Może głupie pytanie, ale jak taki skrypt napisać. Nie mam wystarczającej wiedzy by zrobić to samemu, może są gdzieś gotowe takie skrypty?

----------

## Paczesiowa

w kmail sa jakies zdarzenia typu "otryzmano nowa poczte" do ktorech mozna podpiac wykonanie jakiegos programu.

narzedzia->konfiguracja powiadomien

----------

## Insenic

Chciałbym by to działało w tle, bez uruchomienia żadnego programu. Chciałbym aby w cronie był skrypt, który na bieżąco (co minutę) sprawdzał mi czy jest nowa poczta czy nie.

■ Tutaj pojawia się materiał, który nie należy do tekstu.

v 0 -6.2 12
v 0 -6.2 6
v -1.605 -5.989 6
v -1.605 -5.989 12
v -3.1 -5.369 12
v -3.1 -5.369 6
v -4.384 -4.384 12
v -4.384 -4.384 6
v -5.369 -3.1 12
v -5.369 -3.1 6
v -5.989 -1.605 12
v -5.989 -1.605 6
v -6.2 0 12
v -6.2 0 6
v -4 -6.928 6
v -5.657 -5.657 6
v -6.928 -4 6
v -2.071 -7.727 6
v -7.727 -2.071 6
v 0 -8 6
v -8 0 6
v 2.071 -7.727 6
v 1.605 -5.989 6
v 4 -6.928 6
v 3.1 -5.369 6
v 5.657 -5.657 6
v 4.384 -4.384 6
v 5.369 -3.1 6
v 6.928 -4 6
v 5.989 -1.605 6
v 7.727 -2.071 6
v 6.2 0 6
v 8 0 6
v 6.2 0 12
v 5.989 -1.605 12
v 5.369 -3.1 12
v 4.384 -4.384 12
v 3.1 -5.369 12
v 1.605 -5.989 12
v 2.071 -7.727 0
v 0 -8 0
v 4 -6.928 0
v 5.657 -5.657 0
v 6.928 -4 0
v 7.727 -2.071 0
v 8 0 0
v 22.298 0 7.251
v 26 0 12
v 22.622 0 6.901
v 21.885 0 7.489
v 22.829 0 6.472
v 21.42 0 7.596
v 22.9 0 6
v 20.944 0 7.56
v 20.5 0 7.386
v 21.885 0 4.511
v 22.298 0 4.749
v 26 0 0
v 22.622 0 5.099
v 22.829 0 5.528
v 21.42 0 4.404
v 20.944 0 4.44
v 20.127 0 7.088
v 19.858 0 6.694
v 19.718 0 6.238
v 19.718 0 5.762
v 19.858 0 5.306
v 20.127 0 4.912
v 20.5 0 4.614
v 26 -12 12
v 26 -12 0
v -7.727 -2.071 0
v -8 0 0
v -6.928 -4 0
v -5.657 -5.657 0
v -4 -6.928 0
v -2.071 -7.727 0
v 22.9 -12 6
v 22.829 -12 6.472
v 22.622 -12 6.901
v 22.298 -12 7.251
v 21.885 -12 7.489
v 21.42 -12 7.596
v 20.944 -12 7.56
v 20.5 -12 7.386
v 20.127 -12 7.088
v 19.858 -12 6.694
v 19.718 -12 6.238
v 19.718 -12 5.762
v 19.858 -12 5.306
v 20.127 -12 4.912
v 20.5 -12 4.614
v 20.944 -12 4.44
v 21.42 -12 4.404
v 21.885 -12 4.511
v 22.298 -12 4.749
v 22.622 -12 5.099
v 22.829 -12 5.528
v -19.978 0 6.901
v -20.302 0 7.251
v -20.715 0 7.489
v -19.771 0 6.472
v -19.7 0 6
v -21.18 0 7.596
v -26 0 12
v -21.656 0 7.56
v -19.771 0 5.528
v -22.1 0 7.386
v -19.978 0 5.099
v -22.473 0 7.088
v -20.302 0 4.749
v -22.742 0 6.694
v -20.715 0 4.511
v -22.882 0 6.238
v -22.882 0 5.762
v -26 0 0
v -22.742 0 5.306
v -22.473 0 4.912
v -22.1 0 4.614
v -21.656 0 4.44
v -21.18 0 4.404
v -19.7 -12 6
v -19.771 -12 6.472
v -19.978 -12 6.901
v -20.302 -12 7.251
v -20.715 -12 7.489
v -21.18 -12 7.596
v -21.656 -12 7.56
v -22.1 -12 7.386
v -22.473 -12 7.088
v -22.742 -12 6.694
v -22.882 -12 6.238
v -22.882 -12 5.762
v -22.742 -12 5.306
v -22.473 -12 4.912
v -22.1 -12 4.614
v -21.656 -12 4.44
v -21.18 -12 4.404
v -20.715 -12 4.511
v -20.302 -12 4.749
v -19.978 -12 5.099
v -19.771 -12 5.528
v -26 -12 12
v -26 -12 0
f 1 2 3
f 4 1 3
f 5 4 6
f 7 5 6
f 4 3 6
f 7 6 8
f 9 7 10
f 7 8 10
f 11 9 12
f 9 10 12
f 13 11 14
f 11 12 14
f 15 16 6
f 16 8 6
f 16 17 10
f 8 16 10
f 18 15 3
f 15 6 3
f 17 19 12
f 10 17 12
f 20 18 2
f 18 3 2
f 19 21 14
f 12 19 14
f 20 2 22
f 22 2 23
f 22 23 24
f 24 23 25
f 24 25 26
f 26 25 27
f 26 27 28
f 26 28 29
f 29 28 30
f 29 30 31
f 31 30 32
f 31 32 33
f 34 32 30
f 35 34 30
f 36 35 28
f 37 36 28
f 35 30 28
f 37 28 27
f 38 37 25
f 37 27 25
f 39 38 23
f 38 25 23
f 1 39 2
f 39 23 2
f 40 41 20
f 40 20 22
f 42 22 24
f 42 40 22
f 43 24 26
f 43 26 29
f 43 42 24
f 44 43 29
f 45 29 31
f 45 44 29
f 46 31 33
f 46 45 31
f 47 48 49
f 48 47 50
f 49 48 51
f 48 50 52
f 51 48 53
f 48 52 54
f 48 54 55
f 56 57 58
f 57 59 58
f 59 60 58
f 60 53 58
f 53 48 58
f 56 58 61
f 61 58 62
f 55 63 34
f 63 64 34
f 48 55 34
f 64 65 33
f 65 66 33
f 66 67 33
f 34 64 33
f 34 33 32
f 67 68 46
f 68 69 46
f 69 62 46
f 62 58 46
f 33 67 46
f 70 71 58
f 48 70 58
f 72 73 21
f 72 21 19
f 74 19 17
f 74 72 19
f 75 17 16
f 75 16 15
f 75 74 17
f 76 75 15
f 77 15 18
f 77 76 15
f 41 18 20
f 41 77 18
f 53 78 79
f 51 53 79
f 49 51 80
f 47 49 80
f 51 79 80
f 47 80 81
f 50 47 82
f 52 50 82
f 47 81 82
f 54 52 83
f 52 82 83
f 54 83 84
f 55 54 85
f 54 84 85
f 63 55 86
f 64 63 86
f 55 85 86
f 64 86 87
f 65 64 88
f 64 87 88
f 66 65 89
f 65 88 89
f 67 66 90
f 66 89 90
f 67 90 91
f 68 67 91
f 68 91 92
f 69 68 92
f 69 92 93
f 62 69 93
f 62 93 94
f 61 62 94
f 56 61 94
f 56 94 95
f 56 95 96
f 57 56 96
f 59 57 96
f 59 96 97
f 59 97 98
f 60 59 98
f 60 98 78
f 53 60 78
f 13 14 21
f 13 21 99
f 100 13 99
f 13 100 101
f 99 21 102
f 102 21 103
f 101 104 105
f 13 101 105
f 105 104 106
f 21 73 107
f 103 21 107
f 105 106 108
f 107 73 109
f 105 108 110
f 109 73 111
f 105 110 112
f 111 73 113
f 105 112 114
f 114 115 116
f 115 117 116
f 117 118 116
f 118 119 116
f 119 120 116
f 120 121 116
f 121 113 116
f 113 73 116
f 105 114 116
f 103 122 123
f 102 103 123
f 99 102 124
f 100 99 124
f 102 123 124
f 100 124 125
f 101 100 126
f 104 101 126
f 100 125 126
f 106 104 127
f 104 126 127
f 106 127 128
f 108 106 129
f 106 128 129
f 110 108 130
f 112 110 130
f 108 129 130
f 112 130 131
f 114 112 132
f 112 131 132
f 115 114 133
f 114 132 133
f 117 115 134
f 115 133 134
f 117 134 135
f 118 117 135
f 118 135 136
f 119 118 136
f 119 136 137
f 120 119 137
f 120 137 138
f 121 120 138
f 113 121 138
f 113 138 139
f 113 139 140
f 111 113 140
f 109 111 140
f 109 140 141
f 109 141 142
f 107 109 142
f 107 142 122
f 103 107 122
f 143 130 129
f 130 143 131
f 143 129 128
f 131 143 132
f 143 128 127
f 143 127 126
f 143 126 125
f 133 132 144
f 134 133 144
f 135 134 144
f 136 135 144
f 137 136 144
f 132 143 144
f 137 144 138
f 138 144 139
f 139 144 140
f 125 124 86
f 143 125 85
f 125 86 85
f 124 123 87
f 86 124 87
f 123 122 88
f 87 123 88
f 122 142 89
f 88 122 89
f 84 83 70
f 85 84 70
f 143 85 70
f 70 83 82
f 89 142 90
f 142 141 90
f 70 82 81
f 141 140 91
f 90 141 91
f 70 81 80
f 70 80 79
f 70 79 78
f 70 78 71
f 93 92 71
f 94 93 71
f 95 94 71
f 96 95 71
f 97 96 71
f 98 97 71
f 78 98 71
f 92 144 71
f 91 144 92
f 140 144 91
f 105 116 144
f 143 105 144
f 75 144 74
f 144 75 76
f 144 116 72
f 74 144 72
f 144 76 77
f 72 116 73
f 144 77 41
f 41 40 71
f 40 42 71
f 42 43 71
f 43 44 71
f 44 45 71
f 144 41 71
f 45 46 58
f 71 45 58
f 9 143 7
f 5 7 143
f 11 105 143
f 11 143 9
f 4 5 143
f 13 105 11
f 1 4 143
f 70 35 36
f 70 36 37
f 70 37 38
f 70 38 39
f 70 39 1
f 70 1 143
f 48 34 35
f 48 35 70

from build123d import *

# Parameters (mm, degrees)
F2_DEPTH = 12
F3_DEPTH = 6
F4_R     = 1.6
F5_DEPTH = 25


with BuildPart() as f2:
    # F1 (on Top) → F2 (new body)
    with BuildSketch(Plane.XY):
        with BuildLine():
            Line((8, 0), (6.2, 0))
            ThreePointArc((6.2, 0), (4.384062, -4.384062), (0, -6.2))
            Line((0, -6.2), (0, -8))
            ThreePointArc((0, -8), (5.656854, -5.656854), (8, 0))
        make_face()
        with BuildLine():
            Line((26, 0), (8, 0))
            ThreePointArc((8, 0), (5.656854, -5.656854), (0, -8))
            Line((0, -8), (0, -12))
            Line((0, -12), (26, -12))
            Line((26, -12), (26, 0))
        make_face()
        with BuildLine():
            Line((0, -8), (0, -6.2))
            ThreePointArc((0, -6.2), (-4.384062, -4.384062), (-6.2, 0))
            Line((-6.2, 0), (-8, 0))
            ThreePointArc((-8, 0), (-5.656854, -5.656854), (0, -8))
        make_face()
        with BuildLine():
            Line((0, -12), (0, -8))
            ThreePointArc((0, -8), (-5.656854, -5.656854), (-8, 0))
            Line((-8, 0), (-26, 0))
            Line((-26, 0), (-26, -12))
            Line((-26, -12), (0, -12))
        make_face()
    extrude(amount=F2_DEPTH)

    # F1 (on Top) → F3 (cut)
    with BuildSketch(Plane.XY):
        with BuildLine():
            Line((0, -8), (0, -6.2))
            ThreePointArc((0, -6.2), (-4.384062, -4.384062), (-6.2, 0))
            Line((-6.2, 0), (-8, 0))
            ThreePointArc((-8, 0), (-5.656854, -5.656854), (0, -8))
        make_face()
        with BuildLine():
            Line((8, 0), (6.2, 0))
            ThreePointArc((6.2, 0), (4.384062, -4.384062), (0, -6.2))
            Line((0, -6.2), (0, -8))
            ThreePointArc((0, -8), (5.656854, -5.656854), (8, 0))
        make_face()
    extrude(amount=F3_DEPTH, mode=Mode.SUBTRACT)

    # F4 (on face) → F5 (cut)
    with BuildSketch(Plane.XZ.offset(12)):
        with Locations((-21.3, 6)):
            Circle(F4_R)
        with Locations((21.3, 6)):
            Circle(F4_R)
    extrude(amount=-F5_DEPTH, mode=Mode.SUBTRACT)


solid = f2.part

Nie wiem tylko jak takowy skrypt napisać.

----------

## arsen

ale maile masz w jakims maildir?

----------

## Raku

 *Insenic wrote:*   

> Może głupie pytanie, ale jak taki skrypt napisać. 

 

man {bash,perl,cokolwiek innego}

 *Quote:*   

> Nie mam wystarczającej wiedzy by zrobić to samemu, może są gdzieś gotowe takie skrypty?

 

www.google.pl

----------

## Insenic

 *arsen wrote:*   

> ale maile masz w jakims maildir?

 

Nie. Na poczcie na zewnętrznym serwerze. A da się je pobierać do maildir, tak by później Thunderbird mógł je czytać. Jak tak to jak to zrobić?

 *Raku wrote:*   

> www.google.pl

 

Myślisz że nie szukałem? Cały czas szukam...

----------

## weni

 *Insenic wrote:*   

> 
> 
> Nie. Na poczcie na zewnętrznym serwerze. A da się je pobierać do maildir, tak by później Thunderbird mógł je czytać. Jak tak to jak to zrobić?

 

emerge fetchmail

Wysoko konfigurowalny, może działać w tle itp.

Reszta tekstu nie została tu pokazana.